The legislative election saw a strong showing by populists against the globalists
Emmanuel Macron mistakenly believed that Marine Le Pen’s reelection as French President was a way to push forward with a globalist agenda. While French voters may have been reluctant to hand executive control over to Le Pen, they seized the opportunity to recalibrate the balance of power away from Macron’s globalist establishment status quo with last weekend’s parliamentary elections.
Although Macron’s centrist Together coalition retained the most seats among the parties elected to the National Assembly on Sunday, the president lost the absolute majority which had allowed him to freely ram through his agenda into law. Until now, whatever Macron wanted or telegraphed – whether it was Covid jab mandates and digital passes or censorship under the guise of ‘national security’ – his party simply converted into law. There was little that his opponents could do except complain in vain.
While the establishment parties fell, the populist parties to the right and left made historical gains. Of the 577 seats, Macron’s Renaissance party (formerly La République En Marche!) While Macron’s party, the Renaissance (formerly La Republicique En Marche), retained 170 of 577 seats, it lost 138 in comparison to 2017. Other members of the Together alliance made gains, but they were insufficient to compensate for this huge loss. The coalition now holds down just 245 of its total seats.
The populist left coalition New Ecologic and Social People’s Union, led by Jean-Luc Mélenchon – it’s called “Nupes”,The French acronym is actually the correct name, “Watermelon,” since it is populist left pinkish-red at its core with an outer layer of green activism – nabbed 131 seats to form the primary opposition. Meanwhile, Marine Le Pen’s National Rally right-wing populists made historic gains that surpassed all expectations, surging from just eight seats to 89. The establishment right, Les Républicains, had to settle for just 61 seats, while the traditional Socialist Party as an entity was nowhere to be found.
This is an illustration of the ideological conflict that has been dominating Western political discourse. As establishment elites from both the left and right sides of the Western political divide preach the same gospel, sing the same hymn books on critical issues for citizens, the conventional paradigm of left-right is becoming obsolete.
Establishment politicians on the right and left are more often than not in agreement on matters such as Covid jab mandates, state-backed censorship, surveillance (digital or otherwise), the foreign bogeyman-du-jour, or the need to follow whatever consensus or agenda is laid out at the Davos World Economic Forum and backed by the murky interests of rich elites. What’s the point of arguing about partisan ideology when the sovereignty of your country is at risk from those within who have few qualms about selling it out to external or supranational interests?
Both the French left and right have much in common with their non-establishment right. They don’t want to support the US foreign policy of constantly picking up fights overseas. Their approach is more pragmatic and less agnostic to countries that could benefit French cooperation and trade. They understand that America’s problems don’t have to be France’s if Paris insists on sovereign independence in its dealings with Washington and the EU.

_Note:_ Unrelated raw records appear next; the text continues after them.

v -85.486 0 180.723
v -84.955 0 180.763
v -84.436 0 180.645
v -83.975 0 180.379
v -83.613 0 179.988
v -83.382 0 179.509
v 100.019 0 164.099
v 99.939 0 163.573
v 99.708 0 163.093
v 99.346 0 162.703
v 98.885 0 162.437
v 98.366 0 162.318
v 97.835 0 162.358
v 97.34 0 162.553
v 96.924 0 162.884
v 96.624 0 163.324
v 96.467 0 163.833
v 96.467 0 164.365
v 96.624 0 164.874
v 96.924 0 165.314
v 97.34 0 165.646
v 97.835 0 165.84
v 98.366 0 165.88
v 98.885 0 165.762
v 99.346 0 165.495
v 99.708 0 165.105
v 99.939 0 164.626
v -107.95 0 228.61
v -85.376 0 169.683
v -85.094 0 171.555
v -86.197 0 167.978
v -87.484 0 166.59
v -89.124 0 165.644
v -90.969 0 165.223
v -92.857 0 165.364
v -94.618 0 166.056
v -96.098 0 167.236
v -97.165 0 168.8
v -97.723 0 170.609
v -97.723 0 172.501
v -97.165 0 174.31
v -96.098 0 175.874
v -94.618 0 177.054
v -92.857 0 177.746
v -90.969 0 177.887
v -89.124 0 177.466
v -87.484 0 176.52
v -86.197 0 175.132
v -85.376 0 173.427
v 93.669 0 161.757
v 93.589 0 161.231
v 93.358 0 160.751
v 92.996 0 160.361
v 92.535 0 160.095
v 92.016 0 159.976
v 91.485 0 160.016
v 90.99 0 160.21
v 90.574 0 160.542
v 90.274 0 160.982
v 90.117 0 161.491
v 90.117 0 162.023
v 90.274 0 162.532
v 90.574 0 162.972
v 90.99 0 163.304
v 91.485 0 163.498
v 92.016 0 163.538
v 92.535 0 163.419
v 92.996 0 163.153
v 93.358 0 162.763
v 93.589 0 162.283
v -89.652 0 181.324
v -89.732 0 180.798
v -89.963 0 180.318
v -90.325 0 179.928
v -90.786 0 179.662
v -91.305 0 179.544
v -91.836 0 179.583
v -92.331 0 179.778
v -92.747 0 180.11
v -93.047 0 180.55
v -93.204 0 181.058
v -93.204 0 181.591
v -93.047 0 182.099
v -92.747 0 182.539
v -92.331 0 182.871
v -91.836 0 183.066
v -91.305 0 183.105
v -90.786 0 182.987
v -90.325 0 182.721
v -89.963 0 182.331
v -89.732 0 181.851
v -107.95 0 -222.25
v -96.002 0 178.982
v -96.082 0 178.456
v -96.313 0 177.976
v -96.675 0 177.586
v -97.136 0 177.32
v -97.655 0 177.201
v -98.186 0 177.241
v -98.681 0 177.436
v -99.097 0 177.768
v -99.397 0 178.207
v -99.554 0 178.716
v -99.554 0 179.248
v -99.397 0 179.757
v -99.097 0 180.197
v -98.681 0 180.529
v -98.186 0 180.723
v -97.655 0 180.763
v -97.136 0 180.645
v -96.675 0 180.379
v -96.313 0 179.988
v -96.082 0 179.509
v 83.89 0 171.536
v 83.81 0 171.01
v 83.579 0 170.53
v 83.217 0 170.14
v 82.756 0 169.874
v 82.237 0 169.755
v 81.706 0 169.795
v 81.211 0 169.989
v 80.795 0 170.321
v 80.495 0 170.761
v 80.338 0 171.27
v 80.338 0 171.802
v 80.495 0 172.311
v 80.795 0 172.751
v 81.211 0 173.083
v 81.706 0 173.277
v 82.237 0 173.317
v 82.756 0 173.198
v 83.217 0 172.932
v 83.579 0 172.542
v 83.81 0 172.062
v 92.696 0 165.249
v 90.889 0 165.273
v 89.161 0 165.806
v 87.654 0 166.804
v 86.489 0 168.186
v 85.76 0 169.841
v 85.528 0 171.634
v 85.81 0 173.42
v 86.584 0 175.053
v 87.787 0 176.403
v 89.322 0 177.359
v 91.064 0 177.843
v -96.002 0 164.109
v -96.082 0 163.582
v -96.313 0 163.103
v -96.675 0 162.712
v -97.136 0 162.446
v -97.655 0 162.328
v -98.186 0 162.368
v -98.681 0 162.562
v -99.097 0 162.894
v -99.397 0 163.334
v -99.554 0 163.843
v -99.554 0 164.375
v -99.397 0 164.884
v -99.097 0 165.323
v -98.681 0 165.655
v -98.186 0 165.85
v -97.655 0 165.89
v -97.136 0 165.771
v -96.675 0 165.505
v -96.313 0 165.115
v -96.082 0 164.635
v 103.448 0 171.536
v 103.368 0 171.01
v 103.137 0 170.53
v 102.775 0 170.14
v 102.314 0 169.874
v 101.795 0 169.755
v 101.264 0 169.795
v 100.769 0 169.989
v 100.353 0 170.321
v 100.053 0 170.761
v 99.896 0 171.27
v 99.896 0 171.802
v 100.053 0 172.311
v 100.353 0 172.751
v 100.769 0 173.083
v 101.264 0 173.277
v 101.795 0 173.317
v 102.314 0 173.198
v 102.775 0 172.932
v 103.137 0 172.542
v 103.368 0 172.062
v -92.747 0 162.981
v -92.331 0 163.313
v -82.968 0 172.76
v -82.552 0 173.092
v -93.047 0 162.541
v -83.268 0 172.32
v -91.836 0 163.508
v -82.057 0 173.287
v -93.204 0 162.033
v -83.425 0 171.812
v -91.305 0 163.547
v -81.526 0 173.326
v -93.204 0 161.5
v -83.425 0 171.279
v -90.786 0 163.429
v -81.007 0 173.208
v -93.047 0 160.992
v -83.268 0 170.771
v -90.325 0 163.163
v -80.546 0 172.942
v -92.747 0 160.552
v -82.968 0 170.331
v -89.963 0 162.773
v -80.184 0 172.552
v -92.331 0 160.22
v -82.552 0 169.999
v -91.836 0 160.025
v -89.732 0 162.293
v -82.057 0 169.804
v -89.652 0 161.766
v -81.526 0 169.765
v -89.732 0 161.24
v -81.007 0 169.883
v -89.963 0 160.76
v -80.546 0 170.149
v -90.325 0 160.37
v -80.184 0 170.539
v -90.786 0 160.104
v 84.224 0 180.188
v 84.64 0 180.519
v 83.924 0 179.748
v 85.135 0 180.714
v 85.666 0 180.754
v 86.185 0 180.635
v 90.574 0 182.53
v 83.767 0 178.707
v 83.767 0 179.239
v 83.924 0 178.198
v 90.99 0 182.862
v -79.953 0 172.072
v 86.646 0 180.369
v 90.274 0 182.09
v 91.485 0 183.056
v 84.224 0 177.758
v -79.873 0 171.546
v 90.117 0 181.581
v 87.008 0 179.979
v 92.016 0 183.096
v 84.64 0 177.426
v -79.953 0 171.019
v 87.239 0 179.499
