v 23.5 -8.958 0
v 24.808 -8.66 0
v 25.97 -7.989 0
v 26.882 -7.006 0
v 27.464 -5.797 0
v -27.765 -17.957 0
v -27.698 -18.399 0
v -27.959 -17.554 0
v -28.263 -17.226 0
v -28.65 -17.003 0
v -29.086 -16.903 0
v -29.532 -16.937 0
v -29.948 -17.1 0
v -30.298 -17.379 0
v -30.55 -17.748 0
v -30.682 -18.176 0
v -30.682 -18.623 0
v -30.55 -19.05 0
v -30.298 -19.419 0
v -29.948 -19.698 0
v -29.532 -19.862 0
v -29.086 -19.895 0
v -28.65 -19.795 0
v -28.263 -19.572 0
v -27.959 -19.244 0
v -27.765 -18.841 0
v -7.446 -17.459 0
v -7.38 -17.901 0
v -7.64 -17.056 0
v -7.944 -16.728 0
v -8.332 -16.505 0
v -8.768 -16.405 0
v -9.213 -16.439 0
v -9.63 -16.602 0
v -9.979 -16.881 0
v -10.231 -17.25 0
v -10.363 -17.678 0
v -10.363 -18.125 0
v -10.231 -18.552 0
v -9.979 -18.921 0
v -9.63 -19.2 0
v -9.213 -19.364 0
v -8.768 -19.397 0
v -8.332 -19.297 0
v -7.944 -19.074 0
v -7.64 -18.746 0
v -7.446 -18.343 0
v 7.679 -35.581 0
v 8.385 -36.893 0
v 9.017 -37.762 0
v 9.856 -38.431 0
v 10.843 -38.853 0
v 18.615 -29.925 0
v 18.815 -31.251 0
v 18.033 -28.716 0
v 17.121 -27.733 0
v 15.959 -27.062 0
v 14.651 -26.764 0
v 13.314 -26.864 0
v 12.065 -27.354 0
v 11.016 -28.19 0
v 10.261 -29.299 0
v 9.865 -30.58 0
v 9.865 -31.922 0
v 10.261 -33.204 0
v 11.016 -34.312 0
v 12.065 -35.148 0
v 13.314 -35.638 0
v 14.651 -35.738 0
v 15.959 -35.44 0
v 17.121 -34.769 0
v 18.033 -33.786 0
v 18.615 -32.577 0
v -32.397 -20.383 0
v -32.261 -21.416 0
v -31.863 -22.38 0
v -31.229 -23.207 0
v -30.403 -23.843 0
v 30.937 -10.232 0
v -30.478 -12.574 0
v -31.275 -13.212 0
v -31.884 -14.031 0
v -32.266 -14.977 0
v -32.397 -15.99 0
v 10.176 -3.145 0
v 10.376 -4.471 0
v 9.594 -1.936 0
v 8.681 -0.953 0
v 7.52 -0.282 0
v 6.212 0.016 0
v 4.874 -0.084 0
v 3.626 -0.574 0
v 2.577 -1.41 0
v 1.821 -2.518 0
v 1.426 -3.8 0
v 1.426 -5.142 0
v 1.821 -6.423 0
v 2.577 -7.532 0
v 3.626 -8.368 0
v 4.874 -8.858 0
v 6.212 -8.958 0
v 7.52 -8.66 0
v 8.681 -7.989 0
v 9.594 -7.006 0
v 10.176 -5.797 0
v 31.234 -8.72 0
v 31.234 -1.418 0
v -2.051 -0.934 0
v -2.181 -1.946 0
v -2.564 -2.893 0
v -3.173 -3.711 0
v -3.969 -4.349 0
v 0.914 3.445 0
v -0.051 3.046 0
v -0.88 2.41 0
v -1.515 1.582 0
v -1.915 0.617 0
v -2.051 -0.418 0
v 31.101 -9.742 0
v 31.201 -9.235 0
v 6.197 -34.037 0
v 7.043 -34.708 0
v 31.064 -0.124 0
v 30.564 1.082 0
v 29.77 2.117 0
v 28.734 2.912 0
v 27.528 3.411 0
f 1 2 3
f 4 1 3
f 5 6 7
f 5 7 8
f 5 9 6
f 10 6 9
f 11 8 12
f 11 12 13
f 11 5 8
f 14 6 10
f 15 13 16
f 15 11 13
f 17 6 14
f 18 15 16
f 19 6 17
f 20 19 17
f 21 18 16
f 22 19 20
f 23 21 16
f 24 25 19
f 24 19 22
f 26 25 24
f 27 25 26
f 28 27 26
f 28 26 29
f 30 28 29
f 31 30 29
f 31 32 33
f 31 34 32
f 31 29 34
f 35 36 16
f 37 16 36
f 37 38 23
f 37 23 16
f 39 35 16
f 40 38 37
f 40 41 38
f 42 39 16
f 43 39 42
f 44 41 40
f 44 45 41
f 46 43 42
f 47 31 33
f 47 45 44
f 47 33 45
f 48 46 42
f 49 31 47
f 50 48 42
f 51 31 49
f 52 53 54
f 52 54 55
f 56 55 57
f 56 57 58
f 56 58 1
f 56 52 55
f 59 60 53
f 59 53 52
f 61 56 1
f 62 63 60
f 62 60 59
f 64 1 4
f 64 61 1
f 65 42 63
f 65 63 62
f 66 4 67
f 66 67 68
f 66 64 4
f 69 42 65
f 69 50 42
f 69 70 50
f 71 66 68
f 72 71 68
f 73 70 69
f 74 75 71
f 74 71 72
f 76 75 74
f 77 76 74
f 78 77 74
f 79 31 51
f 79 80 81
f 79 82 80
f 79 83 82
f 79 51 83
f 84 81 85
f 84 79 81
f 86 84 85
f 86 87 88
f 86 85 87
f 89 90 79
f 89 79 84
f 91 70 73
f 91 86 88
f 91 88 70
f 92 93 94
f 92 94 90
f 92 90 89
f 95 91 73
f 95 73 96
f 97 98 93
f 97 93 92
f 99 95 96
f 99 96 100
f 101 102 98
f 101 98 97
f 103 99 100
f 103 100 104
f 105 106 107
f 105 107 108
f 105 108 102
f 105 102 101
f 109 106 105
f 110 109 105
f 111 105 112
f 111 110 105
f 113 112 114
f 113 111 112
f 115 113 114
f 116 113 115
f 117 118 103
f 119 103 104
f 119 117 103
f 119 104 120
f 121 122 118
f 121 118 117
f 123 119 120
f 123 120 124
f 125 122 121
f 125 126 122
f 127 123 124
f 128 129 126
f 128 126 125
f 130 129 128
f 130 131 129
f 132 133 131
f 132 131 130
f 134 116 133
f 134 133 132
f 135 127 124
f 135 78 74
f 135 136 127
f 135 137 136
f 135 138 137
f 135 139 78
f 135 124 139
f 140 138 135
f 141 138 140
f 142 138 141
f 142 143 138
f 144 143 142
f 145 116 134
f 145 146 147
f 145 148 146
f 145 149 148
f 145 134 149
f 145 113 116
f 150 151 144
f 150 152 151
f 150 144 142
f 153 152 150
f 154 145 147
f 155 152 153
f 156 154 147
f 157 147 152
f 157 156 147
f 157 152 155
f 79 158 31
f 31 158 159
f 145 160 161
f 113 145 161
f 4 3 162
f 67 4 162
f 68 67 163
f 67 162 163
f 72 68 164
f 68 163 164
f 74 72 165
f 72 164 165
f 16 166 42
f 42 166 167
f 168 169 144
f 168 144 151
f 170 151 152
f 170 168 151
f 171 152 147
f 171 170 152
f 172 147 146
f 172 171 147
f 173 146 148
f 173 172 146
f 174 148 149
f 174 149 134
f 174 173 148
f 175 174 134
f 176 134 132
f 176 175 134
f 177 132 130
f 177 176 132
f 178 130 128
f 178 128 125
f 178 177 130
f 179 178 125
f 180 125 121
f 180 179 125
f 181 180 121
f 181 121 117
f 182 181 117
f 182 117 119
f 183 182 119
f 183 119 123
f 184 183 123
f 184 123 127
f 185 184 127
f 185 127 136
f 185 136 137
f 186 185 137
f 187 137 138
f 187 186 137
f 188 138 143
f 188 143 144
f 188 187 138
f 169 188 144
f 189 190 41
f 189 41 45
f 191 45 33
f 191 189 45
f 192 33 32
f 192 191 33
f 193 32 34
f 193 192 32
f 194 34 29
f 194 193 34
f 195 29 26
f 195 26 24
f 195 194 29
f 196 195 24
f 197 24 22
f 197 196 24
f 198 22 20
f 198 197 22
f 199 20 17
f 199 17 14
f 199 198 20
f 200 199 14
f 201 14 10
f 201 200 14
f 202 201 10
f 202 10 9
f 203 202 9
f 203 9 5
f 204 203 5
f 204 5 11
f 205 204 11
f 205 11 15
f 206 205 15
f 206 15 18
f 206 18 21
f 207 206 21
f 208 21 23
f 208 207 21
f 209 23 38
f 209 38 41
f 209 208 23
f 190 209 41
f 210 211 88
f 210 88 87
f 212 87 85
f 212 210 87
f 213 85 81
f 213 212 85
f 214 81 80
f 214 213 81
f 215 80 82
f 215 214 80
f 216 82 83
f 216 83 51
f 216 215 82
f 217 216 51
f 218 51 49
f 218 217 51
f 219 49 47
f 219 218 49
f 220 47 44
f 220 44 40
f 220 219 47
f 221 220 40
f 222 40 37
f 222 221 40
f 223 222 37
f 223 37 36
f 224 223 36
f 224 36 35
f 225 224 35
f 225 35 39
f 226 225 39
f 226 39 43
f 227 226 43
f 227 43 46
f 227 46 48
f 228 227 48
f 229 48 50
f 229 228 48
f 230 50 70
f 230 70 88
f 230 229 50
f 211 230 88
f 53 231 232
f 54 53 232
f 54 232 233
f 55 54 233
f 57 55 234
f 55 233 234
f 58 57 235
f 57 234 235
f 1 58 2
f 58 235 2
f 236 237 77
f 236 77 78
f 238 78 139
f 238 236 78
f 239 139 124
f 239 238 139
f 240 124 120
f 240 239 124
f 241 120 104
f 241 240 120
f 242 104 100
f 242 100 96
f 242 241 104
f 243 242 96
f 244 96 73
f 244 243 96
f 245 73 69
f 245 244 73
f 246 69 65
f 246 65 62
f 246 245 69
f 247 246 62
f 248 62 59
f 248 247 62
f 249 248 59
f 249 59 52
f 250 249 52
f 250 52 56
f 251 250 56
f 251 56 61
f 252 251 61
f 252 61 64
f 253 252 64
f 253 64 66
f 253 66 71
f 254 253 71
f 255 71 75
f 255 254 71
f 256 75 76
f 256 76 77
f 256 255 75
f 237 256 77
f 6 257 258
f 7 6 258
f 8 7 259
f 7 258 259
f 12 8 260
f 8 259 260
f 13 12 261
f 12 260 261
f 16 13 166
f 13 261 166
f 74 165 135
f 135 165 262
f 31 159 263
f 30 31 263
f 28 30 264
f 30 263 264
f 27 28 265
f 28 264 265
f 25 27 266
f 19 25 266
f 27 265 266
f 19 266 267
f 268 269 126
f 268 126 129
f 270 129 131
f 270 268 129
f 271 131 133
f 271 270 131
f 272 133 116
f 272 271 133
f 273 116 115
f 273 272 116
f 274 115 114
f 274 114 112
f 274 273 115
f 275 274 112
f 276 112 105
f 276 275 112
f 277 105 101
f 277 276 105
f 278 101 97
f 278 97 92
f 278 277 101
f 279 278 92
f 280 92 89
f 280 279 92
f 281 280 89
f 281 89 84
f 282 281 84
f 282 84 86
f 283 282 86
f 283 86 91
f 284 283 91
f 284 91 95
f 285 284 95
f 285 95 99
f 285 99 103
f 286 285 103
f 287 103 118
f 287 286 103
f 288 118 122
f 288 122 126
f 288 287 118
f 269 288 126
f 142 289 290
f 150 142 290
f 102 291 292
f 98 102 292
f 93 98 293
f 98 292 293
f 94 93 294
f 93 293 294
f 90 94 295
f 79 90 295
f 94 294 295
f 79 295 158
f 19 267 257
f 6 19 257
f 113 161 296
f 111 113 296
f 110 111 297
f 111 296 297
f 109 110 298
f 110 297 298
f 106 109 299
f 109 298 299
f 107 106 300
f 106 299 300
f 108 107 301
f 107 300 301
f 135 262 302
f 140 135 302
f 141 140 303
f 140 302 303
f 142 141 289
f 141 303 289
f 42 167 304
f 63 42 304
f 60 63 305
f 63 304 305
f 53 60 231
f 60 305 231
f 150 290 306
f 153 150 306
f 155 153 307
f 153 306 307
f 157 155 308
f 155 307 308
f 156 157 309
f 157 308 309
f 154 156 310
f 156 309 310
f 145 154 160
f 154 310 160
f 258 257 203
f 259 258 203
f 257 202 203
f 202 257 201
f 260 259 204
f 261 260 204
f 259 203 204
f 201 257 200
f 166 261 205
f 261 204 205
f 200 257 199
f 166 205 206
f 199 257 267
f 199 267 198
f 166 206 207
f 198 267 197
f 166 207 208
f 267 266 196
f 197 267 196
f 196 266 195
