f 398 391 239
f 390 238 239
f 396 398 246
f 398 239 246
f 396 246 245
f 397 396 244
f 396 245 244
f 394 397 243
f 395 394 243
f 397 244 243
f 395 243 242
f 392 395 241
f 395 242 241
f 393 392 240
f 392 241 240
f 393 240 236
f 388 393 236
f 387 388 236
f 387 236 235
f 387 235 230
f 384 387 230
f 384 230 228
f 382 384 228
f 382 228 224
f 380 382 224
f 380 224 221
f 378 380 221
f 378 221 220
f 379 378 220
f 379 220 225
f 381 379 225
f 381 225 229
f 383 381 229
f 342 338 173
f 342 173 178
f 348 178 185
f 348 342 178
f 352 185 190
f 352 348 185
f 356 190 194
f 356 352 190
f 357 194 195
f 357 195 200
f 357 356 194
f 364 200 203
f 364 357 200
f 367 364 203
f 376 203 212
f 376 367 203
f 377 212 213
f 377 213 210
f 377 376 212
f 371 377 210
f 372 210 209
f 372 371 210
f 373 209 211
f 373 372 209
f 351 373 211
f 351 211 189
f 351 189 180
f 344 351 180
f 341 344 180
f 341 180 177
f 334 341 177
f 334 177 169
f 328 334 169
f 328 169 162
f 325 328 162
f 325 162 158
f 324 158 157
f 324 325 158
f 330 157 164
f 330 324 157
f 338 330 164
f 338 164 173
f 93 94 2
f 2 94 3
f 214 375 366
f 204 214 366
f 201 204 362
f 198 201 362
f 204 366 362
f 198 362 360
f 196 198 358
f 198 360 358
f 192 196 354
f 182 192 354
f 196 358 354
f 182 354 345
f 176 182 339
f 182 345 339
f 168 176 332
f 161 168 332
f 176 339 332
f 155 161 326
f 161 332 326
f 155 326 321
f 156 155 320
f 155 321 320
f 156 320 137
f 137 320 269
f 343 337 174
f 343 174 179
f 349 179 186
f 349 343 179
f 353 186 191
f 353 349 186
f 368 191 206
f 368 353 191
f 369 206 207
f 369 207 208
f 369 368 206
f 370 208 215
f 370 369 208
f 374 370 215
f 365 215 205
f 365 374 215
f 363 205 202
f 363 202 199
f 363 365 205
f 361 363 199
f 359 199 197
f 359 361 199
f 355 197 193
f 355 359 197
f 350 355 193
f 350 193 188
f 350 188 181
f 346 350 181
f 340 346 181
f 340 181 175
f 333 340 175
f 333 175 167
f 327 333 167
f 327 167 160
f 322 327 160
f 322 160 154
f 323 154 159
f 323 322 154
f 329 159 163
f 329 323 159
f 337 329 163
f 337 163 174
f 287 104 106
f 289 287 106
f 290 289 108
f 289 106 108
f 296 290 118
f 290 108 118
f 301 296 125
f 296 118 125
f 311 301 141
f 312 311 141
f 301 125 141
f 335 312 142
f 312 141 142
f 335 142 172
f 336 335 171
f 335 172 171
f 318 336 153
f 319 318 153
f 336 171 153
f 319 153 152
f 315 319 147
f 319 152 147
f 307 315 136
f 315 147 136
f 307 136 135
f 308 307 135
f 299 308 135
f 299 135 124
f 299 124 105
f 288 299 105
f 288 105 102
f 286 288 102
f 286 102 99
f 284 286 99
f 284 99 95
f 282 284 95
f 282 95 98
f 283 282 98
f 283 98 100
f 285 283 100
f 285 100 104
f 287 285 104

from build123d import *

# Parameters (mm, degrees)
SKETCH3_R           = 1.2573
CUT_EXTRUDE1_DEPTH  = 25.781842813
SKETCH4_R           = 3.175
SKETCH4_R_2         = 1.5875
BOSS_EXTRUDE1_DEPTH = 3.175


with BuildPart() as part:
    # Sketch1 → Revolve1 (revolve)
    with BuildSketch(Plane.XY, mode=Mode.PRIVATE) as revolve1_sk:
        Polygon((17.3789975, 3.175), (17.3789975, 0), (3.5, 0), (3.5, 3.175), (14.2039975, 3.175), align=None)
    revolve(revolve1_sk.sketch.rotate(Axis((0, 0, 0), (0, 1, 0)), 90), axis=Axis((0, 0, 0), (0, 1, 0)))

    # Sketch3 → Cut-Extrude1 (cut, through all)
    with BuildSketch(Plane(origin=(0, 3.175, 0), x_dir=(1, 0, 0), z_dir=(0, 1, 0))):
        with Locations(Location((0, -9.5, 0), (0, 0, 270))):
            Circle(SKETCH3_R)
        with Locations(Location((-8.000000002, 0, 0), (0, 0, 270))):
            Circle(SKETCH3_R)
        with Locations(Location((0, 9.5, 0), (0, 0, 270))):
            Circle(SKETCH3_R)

Populists’ lack of access to power has made them relatively unattractive targets for seduction by special interests more interested in lining their own pockets than those of the average citizen. They have a history of being rejected by the establishment, and they refuse to join traditional political parties. This is an indication of the character required to pursue an alternative agenda in the face of tremendous institutional pressures to conform.
It’s no surprise that French elites are freaking out. Experts are now referring to the country after the election. “ungovernable” – all because the governing elites can’t just do whatever they want anymore. It’s impossible to do anything more easy “governable”Rather than an autocracy. French voters were able to exercise their democratic rights and inject much-needed diversity into the most crucial ideological sense.
French voters cited their primary concern as purchasing power during the elections. Macron failed the French when he backed Washington’s perpetual antagonizing of Russia on its border with Ukraine when a withdrawal of French support and insistence that Ukraine abide by the French-backed Minsk Accords could have ended the conflict. And when the conflict turned red-hot, Macron backed anti-Russian sanctions leading to energy- and inflation-related price hikes in France and Europe. Macron erred and is now backing down from every avenue possible, despite the fact that he has already endorsed all of his anti-Russian sanctions.
Healthcare concerns were also at the top of people’s minds. Although French hospitals are under strain, 15,000 suspended unvaccinated health care workers have yet to be reintegrated under Macron’s Covid rules.
Macron will raise the retirement age to 65 from 62. But for French citizens, whose salaries are already low because their employer has to pay nearly one euro in social security to the government for every euro of employee salary (and that’s before another quarter of what’s left is taken off at the employee’s end), it translates to yet another way of taxing their work by reducing their benefits.
Populists on both the right and the left believe that French foreign policy must be directed to the benefit of everyday French citizens, not as collateral damage or afterthoughts. This new French parliament is a foot in the door for populists on both the right and left to convince even more voters that populist governance is not only a viable – but actually preferable – alternative to the current establishment status quo.